**Work to be completed**
For the entries below, the result should be an exact transcription of the lines from the one with "from build123d import *" up to and including the one with "# FreeCAD 1.0 macro for this part", and only those.

**Information shown**
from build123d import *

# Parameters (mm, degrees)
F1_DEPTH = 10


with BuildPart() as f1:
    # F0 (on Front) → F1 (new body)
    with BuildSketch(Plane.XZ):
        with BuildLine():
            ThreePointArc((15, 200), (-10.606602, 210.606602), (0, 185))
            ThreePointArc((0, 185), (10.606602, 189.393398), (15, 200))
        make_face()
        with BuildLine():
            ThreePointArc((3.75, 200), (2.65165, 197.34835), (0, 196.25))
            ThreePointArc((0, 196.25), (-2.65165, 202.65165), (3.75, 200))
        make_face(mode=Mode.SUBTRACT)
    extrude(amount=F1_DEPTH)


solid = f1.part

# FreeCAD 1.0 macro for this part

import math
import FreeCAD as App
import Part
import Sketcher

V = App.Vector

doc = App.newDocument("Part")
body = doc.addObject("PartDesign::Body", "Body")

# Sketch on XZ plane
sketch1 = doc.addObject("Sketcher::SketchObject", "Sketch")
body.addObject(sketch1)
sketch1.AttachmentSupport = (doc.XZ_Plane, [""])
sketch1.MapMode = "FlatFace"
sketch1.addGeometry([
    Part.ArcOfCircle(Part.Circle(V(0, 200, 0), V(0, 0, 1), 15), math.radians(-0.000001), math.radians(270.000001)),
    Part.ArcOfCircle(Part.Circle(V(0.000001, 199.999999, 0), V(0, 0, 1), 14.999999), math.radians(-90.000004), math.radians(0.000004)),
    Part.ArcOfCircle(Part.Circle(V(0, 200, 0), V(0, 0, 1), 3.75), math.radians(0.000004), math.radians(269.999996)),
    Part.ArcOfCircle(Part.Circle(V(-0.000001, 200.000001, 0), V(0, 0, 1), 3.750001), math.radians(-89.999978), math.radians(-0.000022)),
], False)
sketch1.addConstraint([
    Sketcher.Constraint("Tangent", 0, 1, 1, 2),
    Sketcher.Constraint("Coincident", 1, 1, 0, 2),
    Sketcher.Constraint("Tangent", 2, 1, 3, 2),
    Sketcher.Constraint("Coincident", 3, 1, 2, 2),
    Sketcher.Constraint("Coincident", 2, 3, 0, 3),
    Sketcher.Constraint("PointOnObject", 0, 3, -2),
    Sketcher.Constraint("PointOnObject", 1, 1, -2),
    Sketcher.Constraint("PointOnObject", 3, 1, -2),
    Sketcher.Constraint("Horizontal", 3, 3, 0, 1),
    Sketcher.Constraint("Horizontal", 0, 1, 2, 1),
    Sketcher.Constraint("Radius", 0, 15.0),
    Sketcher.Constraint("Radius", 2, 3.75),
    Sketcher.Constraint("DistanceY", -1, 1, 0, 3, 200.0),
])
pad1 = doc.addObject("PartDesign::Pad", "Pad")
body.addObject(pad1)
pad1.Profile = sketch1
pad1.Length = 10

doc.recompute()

--

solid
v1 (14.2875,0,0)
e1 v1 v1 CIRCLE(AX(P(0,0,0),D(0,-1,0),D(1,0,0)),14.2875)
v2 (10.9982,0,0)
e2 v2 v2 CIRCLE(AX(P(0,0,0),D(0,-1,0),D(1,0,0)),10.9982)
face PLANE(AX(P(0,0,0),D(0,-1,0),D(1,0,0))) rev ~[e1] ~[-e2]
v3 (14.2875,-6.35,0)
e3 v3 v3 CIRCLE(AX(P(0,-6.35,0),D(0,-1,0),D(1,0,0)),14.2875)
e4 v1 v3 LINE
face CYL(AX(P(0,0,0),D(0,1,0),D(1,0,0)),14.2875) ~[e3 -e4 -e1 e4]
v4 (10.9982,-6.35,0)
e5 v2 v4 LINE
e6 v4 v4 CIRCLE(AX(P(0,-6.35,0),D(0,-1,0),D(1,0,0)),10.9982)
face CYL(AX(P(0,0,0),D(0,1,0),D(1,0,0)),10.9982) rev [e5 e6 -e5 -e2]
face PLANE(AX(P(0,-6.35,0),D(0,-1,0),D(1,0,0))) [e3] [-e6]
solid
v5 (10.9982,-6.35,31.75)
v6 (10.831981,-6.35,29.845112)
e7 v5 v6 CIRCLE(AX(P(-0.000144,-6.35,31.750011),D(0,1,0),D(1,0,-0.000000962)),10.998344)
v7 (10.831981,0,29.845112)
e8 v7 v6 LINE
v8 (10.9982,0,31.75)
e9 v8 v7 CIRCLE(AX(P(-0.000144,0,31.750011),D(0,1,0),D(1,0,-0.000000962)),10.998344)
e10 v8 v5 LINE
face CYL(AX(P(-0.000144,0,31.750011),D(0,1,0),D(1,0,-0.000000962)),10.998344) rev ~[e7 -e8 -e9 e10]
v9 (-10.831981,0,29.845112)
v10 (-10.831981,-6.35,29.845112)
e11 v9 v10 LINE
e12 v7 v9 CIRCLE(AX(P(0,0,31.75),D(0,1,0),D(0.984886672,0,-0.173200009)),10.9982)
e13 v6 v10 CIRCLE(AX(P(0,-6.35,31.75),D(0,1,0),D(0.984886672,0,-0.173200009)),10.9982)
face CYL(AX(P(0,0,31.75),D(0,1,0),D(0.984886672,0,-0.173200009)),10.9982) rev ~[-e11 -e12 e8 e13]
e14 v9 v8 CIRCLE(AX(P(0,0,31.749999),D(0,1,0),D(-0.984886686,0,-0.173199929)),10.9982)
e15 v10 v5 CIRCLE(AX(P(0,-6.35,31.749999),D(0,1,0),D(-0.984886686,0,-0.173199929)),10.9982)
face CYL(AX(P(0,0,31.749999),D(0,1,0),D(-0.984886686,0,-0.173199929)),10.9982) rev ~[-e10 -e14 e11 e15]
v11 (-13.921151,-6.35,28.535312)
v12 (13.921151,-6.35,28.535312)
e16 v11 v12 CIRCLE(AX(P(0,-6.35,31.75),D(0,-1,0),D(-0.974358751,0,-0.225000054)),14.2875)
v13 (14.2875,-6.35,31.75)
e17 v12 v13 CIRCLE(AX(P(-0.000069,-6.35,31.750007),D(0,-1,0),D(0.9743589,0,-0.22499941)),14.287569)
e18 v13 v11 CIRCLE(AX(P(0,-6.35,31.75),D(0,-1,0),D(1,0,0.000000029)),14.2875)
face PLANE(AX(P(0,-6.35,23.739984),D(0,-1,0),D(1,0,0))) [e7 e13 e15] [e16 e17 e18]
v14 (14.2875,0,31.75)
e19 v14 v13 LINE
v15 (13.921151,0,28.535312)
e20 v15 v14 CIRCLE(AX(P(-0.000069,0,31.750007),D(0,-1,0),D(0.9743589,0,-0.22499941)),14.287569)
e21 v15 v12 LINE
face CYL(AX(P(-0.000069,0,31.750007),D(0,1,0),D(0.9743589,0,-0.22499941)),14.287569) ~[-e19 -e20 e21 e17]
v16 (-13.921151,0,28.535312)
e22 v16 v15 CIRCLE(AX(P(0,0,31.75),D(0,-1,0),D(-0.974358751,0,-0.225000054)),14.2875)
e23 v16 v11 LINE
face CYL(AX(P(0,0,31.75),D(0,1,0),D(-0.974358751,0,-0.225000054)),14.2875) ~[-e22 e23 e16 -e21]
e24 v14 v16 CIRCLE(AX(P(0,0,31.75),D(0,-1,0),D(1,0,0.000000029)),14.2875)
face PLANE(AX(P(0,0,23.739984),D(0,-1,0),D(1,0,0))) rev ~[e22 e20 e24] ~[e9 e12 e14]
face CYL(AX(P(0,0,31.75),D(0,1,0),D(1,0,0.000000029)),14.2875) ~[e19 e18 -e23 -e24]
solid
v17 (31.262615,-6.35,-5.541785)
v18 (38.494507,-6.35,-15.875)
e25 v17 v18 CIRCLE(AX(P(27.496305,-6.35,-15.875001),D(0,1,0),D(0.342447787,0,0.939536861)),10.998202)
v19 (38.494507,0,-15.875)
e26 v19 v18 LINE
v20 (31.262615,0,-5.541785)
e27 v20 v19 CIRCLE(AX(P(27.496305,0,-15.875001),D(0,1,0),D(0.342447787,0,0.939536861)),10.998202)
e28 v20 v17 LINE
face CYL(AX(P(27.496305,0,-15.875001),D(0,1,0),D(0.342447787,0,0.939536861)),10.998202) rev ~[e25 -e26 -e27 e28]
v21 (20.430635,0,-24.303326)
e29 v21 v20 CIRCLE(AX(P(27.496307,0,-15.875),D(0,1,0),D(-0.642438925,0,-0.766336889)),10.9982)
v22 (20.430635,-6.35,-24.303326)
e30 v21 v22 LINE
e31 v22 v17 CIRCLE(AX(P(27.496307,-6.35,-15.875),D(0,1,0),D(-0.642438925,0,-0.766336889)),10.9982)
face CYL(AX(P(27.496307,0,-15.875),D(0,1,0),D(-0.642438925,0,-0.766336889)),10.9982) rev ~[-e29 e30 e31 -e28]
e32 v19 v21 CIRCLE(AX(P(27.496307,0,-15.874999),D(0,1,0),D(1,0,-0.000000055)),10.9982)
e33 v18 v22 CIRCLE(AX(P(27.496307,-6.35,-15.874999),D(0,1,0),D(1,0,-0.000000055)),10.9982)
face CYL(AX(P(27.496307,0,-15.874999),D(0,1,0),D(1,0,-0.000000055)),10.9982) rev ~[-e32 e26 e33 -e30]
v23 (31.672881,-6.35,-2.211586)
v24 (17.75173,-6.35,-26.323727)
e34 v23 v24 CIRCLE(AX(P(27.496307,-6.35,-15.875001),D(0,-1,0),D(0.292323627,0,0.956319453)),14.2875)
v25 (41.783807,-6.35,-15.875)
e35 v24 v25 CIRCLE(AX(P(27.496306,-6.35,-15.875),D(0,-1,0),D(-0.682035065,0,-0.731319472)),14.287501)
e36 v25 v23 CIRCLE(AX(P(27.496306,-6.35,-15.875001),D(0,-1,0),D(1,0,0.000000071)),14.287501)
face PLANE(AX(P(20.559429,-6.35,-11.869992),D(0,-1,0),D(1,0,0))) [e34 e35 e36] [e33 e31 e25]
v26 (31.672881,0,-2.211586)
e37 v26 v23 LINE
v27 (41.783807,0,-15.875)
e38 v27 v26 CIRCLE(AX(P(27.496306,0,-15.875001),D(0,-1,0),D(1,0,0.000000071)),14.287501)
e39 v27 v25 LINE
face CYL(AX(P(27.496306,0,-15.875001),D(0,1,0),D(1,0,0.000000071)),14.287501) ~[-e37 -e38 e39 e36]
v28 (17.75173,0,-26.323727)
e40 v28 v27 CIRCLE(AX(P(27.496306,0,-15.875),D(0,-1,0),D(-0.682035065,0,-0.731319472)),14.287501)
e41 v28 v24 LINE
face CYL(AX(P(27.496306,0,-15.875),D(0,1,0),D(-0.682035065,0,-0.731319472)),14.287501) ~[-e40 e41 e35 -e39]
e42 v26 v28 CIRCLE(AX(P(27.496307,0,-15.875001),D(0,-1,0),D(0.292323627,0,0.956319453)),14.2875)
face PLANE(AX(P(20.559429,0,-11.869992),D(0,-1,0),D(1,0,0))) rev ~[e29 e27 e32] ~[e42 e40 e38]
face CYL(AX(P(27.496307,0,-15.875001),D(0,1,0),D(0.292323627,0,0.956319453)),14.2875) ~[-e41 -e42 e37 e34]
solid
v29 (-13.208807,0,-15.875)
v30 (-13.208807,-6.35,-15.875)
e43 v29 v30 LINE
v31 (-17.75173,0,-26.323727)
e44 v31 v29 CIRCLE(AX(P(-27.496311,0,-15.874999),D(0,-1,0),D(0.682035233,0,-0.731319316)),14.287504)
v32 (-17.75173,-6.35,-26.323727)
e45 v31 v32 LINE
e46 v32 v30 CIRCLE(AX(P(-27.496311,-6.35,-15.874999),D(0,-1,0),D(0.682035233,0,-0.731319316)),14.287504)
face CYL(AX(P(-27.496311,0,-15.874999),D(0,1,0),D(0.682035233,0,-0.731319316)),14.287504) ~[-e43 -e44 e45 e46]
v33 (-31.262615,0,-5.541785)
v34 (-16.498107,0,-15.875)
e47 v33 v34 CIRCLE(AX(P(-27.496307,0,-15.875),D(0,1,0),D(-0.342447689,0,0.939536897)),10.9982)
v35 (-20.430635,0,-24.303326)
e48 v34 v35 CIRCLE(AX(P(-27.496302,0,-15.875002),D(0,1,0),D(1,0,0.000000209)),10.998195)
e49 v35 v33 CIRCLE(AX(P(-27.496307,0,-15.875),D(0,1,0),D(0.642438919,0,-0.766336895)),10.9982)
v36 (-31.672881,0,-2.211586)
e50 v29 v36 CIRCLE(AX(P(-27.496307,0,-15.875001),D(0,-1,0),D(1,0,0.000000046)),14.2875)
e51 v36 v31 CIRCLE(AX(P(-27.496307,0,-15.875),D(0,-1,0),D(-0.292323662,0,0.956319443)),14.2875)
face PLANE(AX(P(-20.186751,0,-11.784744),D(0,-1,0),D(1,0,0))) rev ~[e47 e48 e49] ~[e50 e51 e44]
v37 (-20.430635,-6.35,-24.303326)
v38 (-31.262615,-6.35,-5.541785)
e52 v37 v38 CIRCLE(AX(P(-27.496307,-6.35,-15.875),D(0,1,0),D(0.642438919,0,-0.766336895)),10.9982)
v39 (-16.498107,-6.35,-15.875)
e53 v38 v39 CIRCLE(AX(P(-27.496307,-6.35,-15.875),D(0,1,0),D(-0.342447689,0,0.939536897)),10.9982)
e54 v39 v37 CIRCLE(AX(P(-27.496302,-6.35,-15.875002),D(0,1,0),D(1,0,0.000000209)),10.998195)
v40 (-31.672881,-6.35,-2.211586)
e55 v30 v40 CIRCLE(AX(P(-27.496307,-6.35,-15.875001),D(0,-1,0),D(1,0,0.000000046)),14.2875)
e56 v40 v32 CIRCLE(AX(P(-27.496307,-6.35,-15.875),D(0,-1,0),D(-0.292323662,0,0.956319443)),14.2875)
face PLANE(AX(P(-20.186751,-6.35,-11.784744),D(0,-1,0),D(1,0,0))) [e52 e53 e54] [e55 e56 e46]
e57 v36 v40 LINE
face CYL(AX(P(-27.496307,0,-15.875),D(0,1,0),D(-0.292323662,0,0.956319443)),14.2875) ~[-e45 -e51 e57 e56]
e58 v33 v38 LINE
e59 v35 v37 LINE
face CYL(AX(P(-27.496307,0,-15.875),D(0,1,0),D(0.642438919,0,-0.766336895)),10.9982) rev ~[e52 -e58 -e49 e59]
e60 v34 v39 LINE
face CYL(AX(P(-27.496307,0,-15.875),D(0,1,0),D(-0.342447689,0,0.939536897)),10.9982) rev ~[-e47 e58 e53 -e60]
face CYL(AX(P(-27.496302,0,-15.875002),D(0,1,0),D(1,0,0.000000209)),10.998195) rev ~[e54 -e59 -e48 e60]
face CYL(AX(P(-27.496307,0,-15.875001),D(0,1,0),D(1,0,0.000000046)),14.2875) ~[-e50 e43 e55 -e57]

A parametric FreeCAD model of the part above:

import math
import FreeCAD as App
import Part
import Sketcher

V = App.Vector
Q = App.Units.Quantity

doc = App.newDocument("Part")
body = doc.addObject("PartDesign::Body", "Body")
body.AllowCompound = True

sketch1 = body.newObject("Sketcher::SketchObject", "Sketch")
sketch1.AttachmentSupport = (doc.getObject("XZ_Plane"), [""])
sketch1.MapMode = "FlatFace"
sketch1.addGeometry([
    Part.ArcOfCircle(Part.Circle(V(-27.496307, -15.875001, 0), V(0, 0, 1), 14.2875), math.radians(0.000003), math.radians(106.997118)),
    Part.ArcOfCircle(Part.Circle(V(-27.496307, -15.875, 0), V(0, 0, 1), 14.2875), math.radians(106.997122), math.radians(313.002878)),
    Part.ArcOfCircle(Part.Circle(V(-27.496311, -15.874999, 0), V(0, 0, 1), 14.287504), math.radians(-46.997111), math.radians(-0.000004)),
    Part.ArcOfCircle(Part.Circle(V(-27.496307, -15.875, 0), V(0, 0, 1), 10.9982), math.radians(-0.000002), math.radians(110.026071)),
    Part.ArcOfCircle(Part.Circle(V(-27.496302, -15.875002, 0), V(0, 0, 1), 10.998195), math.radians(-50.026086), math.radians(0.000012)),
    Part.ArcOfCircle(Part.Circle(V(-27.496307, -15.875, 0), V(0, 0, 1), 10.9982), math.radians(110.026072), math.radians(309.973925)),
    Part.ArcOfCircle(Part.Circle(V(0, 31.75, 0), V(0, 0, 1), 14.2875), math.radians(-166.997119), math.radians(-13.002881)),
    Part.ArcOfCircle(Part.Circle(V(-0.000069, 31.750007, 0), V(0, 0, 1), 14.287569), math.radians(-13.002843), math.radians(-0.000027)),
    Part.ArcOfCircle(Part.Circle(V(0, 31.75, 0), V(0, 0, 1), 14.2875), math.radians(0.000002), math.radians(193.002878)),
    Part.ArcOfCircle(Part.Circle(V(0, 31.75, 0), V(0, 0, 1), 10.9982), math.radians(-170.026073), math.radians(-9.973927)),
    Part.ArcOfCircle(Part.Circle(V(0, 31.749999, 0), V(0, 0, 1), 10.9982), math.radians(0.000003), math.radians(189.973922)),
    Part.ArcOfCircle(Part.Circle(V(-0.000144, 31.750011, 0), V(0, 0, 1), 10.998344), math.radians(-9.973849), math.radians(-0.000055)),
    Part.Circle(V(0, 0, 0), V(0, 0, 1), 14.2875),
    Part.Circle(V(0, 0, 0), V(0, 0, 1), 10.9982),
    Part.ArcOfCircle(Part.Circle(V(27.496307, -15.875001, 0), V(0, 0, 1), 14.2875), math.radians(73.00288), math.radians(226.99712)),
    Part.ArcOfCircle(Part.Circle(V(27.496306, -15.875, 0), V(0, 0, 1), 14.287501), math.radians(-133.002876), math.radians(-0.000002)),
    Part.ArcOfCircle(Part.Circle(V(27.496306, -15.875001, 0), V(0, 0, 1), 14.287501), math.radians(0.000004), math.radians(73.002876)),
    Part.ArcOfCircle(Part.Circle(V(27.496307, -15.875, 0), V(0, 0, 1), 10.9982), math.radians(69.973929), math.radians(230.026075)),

**Output below**
from build123d import *

# Parameters (mm, degrees)
F1_DEPTH = 10


with BuildPart() as f1:
    # F0 (on Front) → F1 (new body)
    with BuildSketch(Plane.XZ):
        with BuildLine():
            ThreePointArc((15, 200), (-10.606602, 210.606602), (0, 185))
            ThreePointArc((0, 185), (10.606602, 189.393398), (15, 200))
        make_face()
        with BuildLine():
            ThreePointArc((3.75, 200), (2.65165, 197.34835), (0, 196.25))
            ThreePointArc((0, 196.25), (-2.65165, 202.65165), (3.75, 200))
        make_face(mode=Mode.SUBTRACT)
    extrude(amount=F1_DEPTH)


solid = f1.part

# FreeCAD 1.0 macro for this part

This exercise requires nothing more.